На каменной скамье, нагретой солнцем, расположились двое. Один из них – аббат-настоятель, сухощавый, пожилой мужчина, с лицом, несущим на себе отпечаток смирения. Второй не принадлежал монашескому ордену и был еще довольно молод. Но это впечатление сразу терялось, как только собеседник встречался с ним взглядом. Глаза выдавали в молодом человеке его истинный возраст.
– Мы не требуем от своих монахов радикального аскетизма и постоянного сражения с собственной плотью. Наш устав выдержан в духе умеренности и предназначается скорее для тех, кто лишь только ступил на путь воздержания. Братья должны беспрекословно подчиняться настоятелю и не покидать стен монастыря, – звучал тихий голос аббата. Гость согласно кивал. На его лице блуждала странная улыбка.
Их беседу прервал появившийся во дворике монах-госпиталий и мужчины прекратили беседу.
– Он проснулся и ждет вас, – слегка поклонившись, сообщил монах, обращаясь к гостю. Тот сразу встал со скамьи и чуть одернул удлиненную куртку черного бархата. Его рука задержалась на поясе, где должны висеть ножны. Он на секунду напрягся, потом, словно что-то вспомнив, расслабился. Заходить в обитель с оружием, было строжайше запрещено.
– Идите сын мой, – аббат поднялся следом. – Брат проводит вас, – настоятель обители вновь заглянул в глаза гостя, безуспешно пытаясь разгадать тайну, скрывавшуюся в глубине черных зрачков.
Келья была небольшой. Крохотное окошко под самым потолком давало достаточно света, чтобы увидеть убранство комнаты, состоящее лишь из деревянного ложа, табурета и большого распятия, висящего у изголовья.
На кровати, укрытый тонким шерстяным одеялом лежал граф Эльде. Он был худ и изможден, но не болезнью, а старостью. В глазах светился ум. Когда дверь, тихо скрипнув, открылась, и в проем, нагнув голову, вошел мужчина, что недавно беседовал с аббатом во внутреннем дворике монастыря, старик приподнялся со своего ложа.
– Эстебан, мальчик мой! – иссохшая рука потянулась навстречу. – С хорошими ли ты известиями?
Мужчина опустился на колени, выражая почтение, потом присел на край ложа, приник губами к иссохшей руке.
– Да, – наконец, ответил он, подтверждая сказанное кивком головы.
– Покажи! – было видно, что старик очень волнуется. Эстебан развязал походный мешок и вынул из него некий предмет. В глазах графа вспыхнул свет, а следом их озарило облегчение. Чуть подрагивающими пальцами он дотронулся до круглой серебристой пряжки.
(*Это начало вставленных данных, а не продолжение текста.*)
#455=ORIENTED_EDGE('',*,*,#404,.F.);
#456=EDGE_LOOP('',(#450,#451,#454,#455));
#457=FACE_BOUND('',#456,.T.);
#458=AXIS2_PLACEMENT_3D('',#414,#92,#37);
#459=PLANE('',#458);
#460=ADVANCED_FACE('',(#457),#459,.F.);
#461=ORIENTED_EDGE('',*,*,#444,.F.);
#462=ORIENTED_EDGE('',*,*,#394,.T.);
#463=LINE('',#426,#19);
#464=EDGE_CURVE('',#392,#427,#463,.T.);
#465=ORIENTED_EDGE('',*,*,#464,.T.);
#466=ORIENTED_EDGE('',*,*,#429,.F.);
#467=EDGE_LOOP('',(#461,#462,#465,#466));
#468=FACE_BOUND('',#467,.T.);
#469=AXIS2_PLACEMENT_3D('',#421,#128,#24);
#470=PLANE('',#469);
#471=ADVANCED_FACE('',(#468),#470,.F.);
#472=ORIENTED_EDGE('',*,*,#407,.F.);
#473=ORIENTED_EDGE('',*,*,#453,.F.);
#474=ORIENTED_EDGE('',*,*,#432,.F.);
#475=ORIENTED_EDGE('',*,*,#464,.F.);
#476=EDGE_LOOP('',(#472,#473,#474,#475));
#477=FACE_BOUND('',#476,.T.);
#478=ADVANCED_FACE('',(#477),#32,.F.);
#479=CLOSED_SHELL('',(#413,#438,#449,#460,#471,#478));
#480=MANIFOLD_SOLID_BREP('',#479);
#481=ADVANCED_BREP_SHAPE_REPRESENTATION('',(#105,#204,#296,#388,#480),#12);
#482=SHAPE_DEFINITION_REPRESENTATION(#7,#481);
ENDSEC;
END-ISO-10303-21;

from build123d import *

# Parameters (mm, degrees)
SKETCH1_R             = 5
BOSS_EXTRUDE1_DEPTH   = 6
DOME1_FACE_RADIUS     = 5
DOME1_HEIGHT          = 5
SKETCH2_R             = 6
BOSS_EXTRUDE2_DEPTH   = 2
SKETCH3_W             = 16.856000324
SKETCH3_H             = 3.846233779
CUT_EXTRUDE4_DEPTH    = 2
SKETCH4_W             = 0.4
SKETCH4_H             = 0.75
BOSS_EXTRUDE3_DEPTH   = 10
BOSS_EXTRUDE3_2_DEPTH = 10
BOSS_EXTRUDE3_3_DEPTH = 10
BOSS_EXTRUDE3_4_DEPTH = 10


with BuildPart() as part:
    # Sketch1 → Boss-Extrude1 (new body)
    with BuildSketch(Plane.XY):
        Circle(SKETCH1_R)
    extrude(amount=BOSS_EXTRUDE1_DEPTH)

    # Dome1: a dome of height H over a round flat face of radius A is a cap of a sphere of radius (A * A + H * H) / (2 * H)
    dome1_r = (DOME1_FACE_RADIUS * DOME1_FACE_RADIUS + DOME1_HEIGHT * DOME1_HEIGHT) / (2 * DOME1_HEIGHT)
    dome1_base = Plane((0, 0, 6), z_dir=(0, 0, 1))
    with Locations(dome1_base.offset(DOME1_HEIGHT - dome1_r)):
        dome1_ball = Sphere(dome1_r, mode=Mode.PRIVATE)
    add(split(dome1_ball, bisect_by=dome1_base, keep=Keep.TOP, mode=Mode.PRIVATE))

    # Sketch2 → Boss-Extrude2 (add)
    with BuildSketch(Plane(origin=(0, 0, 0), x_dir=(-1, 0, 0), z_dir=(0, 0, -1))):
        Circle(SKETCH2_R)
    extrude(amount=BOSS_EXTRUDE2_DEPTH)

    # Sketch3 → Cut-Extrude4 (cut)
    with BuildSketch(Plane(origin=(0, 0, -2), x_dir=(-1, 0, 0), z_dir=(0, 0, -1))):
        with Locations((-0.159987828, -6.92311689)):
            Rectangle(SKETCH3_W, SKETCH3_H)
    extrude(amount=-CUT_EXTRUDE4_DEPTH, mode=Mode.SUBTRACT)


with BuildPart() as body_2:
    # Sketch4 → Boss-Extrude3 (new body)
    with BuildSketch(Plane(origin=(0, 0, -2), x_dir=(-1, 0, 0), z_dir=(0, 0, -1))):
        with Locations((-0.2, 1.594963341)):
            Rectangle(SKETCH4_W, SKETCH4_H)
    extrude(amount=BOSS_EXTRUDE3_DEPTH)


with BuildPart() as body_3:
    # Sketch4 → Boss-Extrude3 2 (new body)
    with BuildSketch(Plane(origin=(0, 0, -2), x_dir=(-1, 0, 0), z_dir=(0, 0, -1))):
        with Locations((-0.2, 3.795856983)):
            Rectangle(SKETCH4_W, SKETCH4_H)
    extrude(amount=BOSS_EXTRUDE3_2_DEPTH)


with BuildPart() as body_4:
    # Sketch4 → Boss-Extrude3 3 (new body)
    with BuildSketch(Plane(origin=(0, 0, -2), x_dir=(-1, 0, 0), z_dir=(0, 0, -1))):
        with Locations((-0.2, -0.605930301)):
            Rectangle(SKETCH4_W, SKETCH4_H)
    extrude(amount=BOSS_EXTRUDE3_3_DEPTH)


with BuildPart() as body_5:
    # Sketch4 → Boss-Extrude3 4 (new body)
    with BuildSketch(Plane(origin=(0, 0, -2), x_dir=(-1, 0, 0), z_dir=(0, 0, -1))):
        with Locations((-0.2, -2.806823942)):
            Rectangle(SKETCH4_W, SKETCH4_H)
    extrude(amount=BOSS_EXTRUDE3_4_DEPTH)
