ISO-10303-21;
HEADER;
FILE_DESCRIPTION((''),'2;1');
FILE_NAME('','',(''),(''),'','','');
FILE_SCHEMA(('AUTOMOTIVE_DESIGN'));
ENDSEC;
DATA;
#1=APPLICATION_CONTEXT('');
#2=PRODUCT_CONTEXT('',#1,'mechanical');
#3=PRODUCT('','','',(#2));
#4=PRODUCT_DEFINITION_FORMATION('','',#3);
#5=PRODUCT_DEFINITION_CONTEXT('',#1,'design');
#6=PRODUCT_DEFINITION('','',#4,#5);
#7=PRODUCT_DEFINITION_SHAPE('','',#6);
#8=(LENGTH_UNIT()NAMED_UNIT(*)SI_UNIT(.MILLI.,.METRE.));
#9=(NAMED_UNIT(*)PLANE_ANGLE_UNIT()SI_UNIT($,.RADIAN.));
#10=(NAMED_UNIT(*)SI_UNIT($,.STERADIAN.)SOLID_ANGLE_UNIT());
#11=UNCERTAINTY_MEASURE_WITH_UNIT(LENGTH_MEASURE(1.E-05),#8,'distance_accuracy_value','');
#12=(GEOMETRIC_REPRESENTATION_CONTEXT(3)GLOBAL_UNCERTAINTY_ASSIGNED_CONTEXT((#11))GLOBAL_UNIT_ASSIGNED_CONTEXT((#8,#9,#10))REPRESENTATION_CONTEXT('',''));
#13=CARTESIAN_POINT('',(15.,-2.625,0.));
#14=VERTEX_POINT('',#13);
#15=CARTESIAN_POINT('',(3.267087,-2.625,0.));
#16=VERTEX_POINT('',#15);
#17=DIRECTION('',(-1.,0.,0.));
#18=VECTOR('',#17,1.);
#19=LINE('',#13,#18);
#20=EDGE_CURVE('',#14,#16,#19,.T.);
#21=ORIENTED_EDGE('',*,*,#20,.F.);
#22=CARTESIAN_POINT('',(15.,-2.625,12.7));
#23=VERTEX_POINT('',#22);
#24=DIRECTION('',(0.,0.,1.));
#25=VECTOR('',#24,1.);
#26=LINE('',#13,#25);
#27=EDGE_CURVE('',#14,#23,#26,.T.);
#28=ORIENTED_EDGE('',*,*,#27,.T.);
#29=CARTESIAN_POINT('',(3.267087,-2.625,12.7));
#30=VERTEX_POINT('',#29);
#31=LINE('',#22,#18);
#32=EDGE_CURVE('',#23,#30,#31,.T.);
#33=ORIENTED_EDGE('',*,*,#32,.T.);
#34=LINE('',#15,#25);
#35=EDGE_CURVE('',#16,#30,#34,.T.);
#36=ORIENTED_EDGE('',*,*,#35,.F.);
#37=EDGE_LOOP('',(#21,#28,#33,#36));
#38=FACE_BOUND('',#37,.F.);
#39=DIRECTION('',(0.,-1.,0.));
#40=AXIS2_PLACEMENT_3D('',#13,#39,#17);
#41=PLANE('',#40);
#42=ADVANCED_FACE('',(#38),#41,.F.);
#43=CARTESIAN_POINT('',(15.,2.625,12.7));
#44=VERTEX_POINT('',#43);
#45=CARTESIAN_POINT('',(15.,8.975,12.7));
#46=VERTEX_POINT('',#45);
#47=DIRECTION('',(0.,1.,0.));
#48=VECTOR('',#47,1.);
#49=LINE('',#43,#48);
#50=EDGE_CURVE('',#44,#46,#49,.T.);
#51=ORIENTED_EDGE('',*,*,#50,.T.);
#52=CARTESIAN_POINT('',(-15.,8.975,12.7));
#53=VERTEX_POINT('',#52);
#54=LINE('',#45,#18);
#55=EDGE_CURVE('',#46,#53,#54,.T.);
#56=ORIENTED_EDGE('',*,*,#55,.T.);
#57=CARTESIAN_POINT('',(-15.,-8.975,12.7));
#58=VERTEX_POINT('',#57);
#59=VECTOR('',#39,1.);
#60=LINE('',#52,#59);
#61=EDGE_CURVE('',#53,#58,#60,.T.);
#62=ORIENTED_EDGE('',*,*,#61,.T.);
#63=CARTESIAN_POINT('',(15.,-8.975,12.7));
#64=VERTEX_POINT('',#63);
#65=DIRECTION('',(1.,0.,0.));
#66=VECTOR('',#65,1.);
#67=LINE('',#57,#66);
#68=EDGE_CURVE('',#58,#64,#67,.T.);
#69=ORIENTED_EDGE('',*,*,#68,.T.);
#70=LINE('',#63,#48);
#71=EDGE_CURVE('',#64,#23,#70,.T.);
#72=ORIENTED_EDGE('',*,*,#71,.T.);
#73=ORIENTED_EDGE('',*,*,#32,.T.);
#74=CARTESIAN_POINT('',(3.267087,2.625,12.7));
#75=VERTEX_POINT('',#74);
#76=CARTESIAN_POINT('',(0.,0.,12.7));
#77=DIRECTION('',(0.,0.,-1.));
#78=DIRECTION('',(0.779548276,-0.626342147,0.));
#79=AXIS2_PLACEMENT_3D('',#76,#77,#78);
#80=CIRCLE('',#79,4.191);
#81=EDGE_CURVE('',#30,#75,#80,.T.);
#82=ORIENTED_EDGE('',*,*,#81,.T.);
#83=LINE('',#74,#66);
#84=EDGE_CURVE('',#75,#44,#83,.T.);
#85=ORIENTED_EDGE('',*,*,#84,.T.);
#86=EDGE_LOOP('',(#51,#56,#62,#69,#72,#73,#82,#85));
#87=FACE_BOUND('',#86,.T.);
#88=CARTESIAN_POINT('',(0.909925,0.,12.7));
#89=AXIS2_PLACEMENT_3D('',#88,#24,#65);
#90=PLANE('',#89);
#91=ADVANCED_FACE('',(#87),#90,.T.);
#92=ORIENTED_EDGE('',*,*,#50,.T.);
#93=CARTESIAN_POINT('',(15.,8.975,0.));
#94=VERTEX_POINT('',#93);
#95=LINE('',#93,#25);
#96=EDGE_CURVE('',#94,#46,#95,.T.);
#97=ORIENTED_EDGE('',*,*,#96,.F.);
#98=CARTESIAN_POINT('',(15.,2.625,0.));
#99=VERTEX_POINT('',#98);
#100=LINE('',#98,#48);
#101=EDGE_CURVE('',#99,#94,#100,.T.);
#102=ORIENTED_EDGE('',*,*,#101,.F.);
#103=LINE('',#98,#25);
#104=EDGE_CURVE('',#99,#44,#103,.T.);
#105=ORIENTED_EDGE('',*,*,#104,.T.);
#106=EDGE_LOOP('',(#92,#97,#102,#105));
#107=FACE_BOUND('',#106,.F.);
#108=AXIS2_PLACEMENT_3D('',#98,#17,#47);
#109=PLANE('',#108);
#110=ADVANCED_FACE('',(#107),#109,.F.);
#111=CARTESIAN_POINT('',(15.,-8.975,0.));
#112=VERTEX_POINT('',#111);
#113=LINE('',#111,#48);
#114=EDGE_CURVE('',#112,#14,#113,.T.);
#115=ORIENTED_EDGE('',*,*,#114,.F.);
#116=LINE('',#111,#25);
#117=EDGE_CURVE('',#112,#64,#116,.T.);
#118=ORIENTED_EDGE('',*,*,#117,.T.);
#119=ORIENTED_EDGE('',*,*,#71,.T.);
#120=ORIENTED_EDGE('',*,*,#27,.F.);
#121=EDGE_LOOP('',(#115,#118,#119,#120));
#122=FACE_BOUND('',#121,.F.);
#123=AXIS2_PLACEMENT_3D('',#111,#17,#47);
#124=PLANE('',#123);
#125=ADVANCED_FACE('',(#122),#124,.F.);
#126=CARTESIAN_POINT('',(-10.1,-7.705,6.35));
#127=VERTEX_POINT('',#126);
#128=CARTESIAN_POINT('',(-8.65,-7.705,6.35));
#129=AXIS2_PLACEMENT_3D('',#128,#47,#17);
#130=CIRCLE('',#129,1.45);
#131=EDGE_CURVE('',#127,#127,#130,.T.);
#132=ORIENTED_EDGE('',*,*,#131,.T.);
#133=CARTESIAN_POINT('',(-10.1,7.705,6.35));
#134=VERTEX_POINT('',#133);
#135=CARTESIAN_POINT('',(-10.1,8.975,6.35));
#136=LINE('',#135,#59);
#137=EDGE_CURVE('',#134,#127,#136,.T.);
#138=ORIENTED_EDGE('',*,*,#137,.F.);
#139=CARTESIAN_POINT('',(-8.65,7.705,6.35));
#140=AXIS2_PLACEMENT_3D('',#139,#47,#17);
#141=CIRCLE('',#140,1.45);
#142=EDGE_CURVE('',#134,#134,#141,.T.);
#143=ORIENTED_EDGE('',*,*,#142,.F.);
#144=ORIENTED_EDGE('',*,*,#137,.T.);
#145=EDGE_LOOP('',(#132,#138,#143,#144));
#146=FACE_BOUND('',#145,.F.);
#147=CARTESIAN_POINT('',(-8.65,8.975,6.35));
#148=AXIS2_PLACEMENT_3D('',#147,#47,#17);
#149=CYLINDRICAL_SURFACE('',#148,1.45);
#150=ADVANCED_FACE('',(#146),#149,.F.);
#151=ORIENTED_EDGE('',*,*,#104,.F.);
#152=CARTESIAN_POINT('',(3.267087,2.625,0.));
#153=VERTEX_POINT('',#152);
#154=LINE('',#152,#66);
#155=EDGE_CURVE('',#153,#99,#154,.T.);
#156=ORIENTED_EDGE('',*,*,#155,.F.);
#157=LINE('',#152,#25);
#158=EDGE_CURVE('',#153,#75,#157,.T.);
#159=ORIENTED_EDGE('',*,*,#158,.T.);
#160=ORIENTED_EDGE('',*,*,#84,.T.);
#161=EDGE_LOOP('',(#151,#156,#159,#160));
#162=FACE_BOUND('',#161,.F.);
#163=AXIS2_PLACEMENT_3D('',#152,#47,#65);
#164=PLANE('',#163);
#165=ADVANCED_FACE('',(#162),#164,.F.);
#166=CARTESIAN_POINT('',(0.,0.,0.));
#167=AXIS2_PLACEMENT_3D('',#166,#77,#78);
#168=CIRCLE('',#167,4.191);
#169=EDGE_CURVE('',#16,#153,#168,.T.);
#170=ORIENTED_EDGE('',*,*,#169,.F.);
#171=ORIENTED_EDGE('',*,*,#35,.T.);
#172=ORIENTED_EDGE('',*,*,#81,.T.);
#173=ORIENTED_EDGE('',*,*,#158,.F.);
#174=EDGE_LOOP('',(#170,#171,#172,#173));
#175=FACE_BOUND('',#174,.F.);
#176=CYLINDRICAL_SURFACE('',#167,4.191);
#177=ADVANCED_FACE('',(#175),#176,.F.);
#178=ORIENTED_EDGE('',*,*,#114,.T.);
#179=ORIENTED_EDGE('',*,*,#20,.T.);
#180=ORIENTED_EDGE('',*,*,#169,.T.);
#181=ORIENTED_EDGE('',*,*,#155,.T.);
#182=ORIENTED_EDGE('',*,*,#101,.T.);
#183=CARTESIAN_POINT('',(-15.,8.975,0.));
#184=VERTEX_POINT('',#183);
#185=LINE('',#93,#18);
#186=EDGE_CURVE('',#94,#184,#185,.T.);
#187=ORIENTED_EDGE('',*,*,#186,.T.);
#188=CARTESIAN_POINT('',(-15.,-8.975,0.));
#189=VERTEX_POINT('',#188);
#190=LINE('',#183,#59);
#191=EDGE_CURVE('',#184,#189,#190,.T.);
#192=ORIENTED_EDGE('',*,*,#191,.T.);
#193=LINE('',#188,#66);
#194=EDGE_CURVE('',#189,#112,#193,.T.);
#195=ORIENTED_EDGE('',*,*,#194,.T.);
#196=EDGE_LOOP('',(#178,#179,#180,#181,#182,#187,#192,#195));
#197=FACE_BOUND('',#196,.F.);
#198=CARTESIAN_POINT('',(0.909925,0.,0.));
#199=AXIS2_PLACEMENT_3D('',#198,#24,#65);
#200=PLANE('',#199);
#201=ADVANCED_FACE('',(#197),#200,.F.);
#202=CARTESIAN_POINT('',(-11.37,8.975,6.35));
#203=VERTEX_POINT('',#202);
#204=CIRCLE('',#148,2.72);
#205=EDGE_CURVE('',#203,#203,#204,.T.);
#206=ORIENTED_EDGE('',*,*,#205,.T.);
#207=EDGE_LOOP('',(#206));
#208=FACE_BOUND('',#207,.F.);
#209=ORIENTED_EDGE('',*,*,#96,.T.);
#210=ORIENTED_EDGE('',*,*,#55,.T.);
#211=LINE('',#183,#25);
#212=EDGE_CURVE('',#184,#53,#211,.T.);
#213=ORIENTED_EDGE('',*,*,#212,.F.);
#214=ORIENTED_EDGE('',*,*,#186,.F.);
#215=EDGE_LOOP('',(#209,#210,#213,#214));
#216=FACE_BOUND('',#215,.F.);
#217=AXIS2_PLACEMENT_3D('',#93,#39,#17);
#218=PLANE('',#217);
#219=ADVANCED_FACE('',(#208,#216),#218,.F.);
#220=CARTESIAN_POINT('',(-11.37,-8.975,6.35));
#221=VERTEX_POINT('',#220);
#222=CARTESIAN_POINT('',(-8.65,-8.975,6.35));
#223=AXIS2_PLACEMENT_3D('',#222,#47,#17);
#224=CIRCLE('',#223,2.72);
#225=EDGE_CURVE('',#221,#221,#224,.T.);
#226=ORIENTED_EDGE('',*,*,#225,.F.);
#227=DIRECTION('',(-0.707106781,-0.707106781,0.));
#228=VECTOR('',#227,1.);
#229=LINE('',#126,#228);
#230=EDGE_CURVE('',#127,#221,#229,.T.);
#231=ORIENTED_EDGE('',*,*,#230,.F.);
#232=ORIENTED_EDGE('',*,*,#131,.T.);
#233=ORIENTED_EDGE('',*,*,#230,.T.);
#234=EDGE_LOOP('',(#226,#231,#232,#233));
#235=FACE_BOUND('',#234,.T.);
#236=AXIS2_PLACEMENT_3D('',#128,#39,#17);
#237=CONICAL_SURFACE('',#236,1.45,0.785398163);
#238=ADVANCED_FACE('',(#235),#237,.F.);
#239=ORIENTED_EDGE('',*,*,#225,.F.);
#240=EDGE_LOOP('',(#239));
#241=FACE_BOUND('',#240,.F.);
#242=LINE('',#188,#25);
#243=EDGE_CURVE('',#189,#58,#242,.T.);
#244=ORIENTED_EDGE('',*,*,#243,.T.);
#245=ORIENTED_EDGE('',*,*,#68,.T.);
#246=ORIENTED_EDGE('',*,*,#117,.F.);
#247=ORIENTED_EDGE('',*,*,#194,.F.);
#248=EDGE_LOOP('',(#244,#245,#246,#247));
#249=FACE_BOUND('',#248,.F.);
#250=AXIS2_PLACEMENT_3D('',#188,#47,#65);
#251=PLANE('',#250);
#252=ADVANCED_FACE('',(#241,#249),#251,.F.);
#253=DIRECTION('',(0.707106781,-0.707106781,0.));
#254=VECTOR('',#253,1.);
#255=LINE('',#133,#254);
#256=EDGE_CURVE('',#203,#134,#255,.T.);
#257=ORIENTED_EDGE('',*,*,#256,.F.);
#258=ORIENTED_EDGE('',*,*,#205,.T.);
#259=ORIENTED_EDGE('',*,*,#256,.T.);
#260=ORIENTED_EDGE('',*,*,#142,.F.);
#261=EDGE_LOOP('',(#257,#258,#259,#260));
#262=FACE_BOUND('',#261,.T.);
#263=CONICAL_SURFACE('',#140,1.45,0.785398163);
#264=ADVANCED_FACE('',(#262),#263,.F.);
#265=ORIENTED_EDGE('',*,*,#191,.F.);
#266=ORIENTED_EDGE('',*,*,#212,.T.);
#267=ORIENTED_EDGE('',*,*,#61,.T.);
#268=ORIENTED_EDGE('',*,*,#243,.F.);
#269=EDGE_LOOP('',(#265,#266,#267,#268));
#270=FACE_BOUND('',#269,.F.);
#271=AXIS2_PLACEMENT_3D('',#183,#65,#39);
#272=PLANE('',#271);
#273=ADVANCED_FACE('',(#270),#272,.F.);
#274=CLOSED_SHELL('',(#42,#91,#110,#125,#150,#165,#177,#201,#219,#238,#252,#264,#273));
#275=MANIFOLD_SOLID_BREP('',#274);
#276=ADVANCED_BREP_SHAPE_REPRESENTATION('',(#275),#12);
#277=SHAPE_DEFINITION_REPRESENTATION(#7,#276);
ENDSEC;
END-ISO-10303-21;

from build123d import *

# Parameters (mm, degrees)
F1_DEPTH = 12.7
F2_R     = 1.45
F3_DEPTH = 29.2862
F4_SIZE  = 1.27


with BuildPart() as f1:
    # F0 (on Top) → F1 (new body)
    with BuildSketch(Plane.XY):
        with BuildLine():
            Line((15, 2.625), (15, 8.975))
            Line((15, 8.975), (-15, 8.975))
            Line((-15, 8.975), (-15, -8.975))
            Line((-15, -8.975), (15, -8.975))
            Line((15, -8.975), (15, -2.625))
            Line((15, -2.625), (3.267087, -2.625))
            ThreePointArc((3.267087, -2.625), (-4.191, 0), (3.267087, 2.625))
            Line((3.267087, 2.625), (15, 2.625))
        make_face()
    extrude(amount=F1_DEPTH)

    # F2 (on face) → F3 (cut)
    with BuildSketch(Plane(origin=(0, 8.975, 0), x_dir=(-1, 0, 0), z_dir=(0, 1, 0))):
        with Locations((8.65, 6.35)):
            Circle(F2_R)
    extrude(amount=-F3_DEPTH, mode=Mode.SUBTRACT)

    # F4
    f4_edges = [f1.edges().sort_by_distance(p)[0] for p in [
        (-7.2, 8.975, 6.35),
        (-7.2, -8.975, 6.35),
    ]]
    chamfer(f4_edges, length=F4_SIZE)


solid = f1.part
– Пояс Кахины! Ты нашел его мой мальчик! – хриплый голос окрасили торжественные нотки. – Теперь я спокоен, – старик откинулся на подушку и прикрыл веки, но тут же снова их распахнул. Во взгляде горела озабоченность, а руки тянулись к поясу:
– Все ли части на месте?
– Да, дядя, – племянник улыбнулся. Улыбка очень шла Эстебану де Лара, его лицо преображалось, делалось еще притягательнее.
– Я не сомневался, что у тебя получится, мальчик мой, – граф устало улыбнулся в ответ. – Теперь мне не страшно покидать этот мир, зная, что наш род в безопасности.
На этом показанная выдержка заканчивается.